----- Material to process -----
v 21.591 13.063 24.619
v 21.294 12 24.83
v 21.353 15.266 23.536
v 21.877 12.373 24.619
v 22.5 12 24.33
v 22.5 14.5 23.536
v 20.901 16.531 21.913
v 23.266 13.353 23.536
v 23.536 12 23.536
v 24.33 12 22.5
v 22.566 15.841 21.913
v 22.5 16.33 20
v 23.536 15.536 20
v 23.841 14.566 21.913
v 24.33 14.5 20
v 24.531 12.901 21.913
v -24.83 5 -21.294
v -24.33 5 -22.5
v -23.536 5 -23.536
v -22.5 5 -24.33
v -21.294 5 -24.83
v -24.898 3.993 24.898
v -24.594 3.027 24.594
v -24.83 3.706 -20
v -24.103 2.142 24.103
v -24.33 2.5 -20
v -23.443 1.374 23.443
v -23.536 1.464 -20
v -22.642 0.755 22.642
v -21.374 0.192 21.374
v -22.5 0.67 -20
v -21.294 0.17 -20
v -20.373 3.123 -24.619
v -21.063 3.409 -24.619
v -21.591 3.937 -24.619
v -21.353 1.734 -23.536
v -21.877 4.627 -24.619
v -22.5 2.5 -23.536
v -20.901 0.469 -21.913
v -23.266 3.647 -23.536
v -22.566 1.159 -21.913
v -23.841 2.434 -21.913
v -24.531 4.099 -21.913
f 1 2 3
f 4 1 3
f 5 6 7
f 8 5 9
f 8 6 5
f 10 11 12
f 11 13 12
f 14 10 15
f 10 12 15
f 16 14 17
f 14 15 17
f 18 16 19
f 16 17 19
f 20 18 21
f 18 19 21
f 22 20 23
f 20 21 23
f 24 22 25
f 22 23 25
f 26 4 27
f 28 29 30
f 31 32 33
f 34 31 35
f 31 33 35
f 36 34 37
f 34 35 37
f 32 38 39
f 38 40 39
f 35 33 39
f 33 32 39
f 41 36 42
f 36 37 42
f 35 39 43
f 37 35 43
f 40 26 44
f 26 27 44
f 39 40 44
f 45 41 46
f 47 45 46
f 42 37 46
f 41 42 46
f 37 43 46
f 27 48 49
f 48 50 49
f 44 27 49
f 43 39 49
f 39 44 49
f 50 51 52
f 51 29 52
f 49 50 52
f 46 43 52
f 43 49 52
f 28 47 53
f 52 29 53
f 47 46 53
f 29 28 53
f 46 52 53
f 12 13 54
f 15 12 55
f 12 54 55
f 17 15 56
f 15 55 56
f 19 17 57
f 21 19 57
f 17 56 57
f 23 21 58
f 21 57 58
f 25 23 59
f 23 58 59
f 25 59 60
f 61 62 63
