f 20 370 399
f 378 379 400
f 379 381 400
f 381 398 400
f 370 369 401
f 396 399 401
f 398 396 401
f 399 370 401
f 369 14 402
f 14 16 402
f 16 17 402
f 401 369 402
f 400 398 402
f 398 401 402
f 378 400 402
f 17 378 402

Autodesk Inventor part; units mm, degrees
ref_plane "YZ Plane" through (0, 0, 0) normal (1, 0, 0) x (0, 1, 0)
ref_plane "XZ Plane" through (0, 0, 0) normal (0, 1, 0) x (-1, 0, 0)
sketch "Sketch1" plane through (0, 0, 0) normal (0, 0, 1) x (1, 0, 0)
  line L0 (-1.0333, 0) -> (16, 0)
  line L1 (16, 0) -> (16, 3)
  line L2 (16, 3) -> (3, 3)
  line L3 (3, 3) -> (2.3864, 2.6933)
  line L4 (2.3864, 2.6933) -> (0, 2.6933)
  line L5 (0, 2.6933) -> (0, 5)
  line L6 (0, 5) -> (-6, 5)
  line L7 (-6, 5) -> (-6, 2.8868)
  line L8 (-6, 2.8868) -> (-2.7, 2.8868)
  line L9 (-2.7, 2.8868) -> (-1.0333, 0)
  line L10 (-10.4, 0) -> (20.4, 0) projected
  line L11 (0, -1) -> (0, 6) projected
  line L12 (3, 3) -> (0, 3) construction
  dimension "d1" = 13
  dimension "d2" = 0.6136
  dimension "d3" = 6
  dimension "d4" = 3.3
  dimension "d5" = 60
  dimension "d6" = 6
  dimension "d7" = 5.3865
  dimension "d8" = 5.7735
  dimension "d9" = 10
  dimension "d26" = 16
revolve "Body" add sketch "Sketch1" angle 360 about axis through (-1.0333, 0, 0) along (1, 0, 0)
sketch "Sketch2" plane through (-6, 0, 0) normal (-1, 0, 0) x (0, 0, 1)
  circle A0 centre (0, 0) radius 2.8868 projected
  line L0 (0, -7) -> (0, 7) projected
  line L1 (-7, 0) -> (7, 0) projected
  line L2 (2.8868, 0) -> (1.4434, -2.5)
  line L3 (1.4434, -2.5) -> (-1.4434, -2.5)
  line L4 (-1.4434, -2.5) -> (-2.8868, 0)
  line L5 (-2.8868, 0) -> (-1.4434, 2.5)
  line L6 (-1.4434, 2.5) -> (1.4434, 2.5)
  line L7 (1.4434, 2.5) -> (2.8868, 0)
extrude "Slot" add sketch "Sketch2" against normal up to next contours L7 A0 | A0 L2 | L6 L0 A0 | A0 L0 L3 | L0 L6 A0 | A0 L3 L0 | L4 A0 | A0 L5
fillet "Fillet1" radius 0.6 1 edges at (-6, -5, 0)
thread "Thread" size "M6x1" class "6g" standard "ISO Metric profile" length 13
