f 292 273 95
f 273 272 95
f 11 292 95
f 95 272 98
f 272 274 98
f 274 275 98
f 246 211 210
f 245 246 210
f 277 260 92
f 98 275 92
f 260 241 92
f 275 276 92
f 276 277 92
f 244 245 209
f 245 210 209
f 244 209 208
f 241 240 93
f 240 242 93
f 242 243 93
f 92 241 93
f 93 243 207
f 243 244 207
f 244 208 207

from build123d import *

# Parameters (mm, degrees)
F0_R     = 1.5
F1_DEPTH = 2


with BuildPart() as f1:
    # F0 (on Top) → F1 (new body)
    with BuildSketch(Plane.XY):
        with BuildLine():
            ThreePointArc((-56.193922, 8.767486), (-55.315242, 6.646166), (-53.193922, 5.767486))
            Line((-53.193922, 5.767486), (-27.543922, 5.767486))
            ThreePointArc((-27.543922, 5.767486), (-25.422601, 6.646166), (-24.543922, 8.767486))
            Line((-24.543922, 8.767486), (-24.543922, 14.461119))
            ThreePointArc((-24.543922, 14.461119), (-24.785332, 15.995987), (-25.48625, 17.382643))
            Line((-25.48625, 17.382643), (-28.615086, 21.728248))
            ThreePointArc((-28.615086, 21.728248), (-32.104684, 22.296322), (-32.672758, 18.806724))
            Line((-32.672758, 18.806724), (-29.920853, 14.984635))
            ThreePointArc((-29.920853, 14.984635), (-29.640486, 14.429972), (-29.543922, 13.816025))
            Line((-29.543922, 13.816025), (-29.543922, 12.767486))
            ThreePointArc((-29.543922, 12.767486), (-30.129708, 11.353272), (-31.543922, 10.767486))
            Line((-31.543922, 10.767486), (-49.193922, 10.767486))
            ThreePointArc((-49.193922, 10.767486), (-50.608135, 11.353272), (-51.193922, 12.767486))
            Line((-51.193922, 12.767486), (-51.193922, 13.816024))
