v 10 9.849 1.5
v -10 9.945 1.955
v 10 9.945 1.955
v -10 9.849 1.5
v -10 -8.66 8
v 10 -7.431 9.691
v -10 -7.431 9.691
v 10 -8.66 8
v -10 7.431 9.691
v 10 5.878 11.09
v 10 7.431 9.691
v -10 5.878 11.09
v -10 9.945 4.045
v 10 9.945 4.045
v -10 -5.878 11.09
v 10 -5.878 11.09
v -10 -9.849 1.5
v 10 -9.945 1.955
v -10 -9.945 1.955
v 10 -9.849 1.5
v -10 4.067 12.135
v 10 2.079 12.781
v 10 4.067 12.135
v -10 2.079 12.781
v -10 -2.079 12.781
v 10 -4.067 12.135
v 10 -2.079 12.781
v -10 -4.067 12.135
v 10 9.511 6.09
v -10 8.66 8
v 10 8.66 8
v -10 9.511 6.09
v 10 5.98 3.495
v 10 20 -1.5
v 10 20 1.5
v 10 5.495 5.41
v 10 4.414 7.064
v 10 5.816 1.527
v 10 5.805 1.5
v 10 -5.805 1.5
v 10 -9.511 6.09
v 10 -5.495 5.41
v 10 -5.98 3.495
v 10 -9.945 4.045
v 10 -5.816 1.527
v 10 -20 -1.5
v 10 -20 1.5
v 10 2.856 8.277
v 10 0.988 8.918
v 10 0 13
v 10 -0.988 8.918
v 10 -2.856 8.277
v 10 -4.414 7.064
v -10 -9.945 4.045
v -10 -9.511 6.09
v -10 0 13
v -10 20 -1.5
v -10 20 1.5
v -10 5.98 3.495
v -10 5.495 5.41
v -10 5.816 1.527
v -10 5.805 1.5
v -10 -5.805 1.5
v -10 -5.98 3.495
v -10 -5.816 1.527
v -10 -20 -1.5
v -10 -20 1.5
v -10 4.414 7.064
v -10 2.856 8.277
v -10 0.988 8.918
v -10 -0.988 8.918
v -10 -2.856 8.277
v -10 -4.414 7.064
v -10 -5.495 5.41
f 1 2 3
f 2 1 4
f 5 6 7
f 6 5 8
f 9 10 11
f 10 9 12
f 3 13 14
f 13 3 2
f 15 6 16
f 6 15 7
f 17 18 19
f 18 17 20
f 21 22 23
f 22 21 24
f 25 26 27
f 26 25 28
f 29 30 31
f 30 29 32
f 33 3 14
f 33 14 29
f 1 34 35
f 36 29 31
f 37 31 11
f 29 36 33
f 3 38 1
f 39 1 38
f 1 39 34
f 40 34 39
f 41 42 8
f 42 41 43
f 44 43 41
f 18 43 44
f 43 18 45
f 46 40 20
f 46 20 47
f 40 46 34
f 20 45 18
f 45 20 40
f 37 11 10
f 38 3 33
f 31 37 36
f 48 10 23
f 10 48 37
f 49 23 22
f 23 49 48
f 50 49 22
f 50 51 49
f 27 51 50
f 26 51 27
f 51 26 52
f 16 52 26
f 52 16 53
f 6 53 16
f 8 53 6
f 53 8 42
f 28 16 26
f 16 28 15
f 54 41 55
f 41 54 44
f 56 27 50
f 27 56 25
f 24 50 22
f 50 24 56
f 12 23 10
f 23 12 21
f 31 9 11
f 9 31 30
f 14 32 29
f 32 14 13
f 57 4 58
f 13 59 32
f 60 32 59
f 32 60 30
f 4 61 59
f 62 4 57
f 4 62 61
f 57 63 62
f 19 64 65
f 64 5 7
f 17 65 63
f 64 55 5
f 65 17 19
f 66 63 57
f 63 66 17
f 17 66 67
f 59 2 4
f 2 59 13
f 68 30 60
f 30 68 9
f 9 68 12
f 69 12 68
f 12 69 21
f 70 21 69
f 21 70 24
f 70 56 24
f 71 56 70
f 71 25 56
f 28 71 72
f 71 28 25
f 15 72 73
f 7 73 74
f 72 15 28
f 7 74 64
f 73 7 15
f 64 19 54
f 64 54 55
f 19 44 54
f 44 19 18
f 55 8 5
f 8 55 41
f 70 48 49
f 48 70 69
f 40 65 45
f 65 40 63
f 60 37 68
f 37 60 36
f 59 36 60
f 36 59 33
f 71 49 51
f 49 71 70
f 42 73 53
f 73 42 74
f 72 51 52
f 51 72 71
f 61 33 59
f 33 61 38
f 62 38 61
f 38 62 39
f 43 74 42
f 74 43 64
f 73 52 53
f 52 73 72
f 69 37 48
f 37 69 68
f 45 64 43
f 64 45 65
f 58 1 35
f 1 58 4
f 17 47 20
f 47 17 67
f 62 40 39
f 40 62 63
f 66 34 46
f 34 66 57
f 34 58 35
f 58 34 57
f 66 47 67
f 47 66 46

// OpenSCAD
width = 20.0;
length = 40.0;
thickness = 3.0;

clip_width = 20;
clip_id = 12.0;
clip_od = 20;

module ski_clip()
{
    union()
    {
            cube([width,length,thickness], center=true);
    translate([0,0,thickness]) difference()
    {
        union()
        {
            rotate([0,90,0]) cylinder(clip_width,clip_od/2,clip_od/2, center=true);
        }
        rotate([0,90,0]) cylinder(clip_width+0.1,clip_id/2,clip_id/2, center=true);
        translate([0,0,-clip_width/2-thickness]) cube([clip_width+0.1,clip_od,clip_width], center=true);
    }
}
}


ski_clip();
-----
----- Material to process -----
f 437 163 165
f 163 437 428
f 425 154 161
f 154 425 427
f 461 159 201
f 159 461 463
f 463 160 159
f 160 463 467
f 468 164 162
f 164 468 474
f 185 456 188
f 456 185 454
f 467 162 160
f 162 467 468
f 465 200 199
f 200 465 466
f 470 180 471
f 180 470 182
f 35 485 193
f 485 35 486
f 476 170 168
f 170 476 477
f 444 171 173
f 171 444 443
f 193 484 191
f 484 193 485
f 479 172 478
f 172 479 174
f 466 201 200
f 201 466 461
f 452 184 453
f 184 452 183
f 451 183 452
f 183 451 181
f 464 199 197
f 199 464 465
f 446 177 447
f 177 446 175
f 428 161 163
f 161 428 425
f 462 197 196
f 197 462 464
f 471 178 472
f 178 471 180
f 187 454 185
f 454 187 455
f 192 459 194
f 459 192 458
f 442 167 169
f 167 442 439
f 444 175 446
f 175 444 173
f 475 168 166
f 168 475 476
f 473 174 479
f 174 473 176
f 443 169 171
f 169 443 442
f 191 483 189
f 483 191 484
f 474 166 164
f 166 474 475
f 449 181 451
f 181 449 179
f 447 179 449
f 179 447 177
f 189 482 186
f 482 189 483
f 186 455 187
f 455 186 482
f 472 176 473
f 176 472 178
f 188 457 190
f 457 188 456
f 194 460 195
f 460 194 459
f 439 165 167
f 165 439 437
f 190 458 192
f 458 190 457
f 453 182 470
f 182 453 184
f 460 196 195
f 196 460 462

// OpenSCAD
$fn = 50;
-----
### What is needed:
Repeat, exactly as they stand above, the lines from the line with "v 20.901 16.531 21.913" to the line with "line L6 (0, 5) -> (-6, 5)", both lines included.

### Answer to the problem:
v 20.901 16.531 21.913
v 23.266 13.353 23.536
v 23.536 12 23.536
v 24.33 12 22.5
v 22.566 15.841 21.913
v 22.5 16.33 20
v 23.536 15.536 20
v 23.841 14.566 21.913
v 24.33 14.5 20
v 24.531 12.901 21.913
v -24.83 5 -21.294
v -24.33 5 -22.5
v -23.536 5 -23.536
v -22.5 5 -24.33
v -21.294 5 -24.83
v -24.898 3.993 24.898
v -24.594 3.027 24.594
v -24.83 3.706 -20
v -24.103 2.142 24.103
v -24.33 2.5 -20
v -23.443 1.374 23.443
v -23.536 1.464 -20
v -22.642 0.755 22.642
v -21.374 0.192 21.374
v -22.5 0.67 -20
v -21.294 0.17 -20
v -20.373 3.123 -24.619
v -21.063 3.409 -24.619
v -21.591 3.937 -24.619
v -21.353 1.734 -23.536
v -21.877 4.627 -24.619
v -22.5 2.5 -23.536
v -20.901 0.469 -21.913
v -23.266 3.647 -23.536
v -22.566 1.159 -21.913
v -23.841 2.434 -21.913
v -24.531 4.099 -21.913
f 1 2 3
f 4 1 3
f 5 6 7
f 8 5 9
f 8 6 5
f 10 11 12
f 11 13 12
f 14 10 15
f 10 12 15
f 16 14 17
f 14 15 17
f 18 16 19
f 16 17 19
f 20 18 21
f 18 19 21
f 22 20 23
f 20 21 23
f 24 22 25
f 22 23 25
f 26 4 27
f 28 29 30
f 31 32 33
f 34 31 35
f 31 33 35
f 36 34 37
f 34 35 37
f 32 38 39
f 38 40 39
f 35 33 39
f 33 32 39
f 41 36 42
f 36 37 42
f 35 39 43
f 37 35 43
f 40 26 44
f 26 27 44
f 39 40 44
f 45 41 46
f 47 45 46
f 42 37 46
f 41 42 46
f 37 43 46
f 27 48 49
f 48 50 49
f 44 27 49
f 43 39 49
f 39 44 49
f 50 51 52
f 51 29 52
f 49 50 52
f 46 43 52
f 43 49 52
f 28 47 53
f 52 29 53
f 47 46 53
f 29 28 53
f 46 52 53
f 12 13 54
f 15 12 55
f 12 54 55
f 17 15 56
f 15 55 56
f 19 17 57
f 21 19 57
f 17 56 57
f 23 21 58
f 21 57 58
f 25 23 59
f 23 58 59
f 25 59 60
f 61 62 63
f 20 370 399
f 378 379 400
f 379 381 400
f 381 398 400
f 370 369 401
f 396 399 401
f 398 396 401
f 399 370 401
f 369 14 402
f 14 16 402
f 16 17 402
f 401 369 402
f 400 398 402
f 398 401 402
f 378 400 402
f 17 378 402

Autodesk Inventor part; units mm, degrees
ref_plane "YZ Plane" through (0, 0, 0) normal (1, 0, 0) x (0, 1, 0)
ref_plane "XZ Plane" through (0, 0, 0) normal (0, 1, 0) x (-1, 0, 0)
sketch "Sketch1" plane through (0, 0, 0) normal (0, 0, 1) x (1, 0, 0)
  line L0 (-1.0333, 0) -> (16, 0)
  line L1 (16, 0) -> (16, 3)
  line L2 (16, 3) -> (3, 3)
  line L3 (3, 3) -> (2.3864, 2.6933)
  line L4 (2.3864, 2.6933) -> (0, 2.6933)
  line L5 (0, 2.6933) -> (0, 5)
  line L6 (0, 5) -> (-6, 5)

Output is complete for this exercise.